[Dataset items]
=== Section Start ===

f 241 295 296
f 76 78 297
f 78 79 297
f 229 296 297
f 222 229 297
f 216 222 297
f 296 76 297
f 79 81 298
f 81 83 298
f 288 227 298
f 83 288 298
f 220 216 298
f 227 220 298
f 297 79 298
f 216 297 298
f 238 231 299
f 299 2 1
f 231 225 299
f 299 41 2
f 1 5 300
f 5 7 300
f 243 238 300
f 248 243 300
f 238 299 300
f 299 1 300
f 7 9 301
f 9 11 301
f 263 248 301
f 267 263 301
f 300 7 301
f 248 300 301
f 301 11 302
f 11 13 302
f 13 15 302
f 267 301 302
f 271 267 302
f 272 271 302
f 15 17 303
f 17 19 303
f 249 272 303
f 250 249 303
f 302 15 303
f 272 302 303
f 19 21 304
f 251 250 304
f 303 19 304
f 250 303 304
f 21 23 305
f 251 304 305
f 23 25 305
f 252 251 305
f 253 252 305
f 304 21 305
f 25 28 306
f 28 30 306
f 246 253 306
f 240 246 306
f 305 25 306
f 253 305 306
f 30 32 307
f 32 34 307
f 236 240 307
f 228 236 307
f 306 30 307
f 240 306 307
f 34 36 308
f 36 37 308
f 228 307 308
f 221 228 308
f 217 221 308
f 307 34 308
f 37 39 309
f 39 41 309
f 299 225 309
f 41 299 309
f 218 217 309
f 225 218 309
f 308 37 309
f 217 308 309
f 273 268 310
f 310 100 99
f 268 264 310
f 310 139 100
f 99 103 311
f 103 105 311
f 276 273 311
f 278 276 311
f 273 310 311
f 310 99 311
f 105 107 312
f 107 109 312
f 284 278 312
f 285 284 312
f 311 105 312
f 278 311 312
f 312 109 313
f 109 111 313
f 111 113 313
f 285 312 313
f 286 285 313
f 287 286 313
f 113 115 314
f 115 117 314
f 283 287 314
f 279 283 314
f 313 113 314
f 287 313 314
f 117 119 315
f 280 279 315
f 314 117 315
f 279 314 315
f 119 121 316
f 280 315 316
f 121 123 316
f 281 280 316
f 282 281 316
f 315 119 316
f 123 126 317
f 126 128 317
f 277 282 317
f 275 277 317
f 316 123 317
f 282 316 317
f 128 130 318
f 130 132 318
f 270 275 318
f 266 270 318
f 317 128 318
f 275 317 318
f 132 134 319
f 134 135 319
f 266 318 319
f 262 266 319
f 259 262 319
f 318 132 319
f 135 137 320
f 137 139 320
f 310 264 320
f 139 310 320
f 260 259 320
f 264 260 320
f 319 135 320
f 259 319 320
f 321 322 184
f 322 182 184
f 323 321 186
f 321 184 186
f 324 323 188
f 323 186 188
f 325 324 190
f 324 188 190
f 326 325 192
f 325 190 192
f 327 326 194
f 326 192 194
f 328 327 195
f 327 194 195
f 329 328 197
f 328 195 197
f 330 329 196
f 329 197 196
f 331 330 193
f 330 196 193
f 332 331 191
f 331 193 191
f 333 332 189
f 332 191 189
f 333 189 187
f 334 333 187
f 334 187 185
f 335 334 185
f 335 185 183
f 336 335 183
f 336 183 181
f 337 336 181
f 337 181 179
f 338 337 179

=== Section End ===

• [Task prompt]
Restate exactly, and only, every line from the one that contains "f 321 184 186" through the last line of the records.

• [Solution to the problem]
f 321 184 186
f 324 323 188
f 323 186 188
f 325 324 190
f 324 188 190
f 326 325 192
f 325 190 192
f 327 326 194
f 326 192 194
f 328 327 195
f 327 194 195
f 329 328 197
f 328 195 197
f 330 329 196
f 329 197 196
f 331 330 193
f 330 196 193
f 332 331 191
f 331 193 191
f 333 332 189
f 332 191 189
f 333 189 187
f 334 333 187
f 334 187 185
f 335 334 185
f 335 185 183
f 336 335 183
f 336 183 181
f 337 336 181
f 337 181 179
f 338 337 179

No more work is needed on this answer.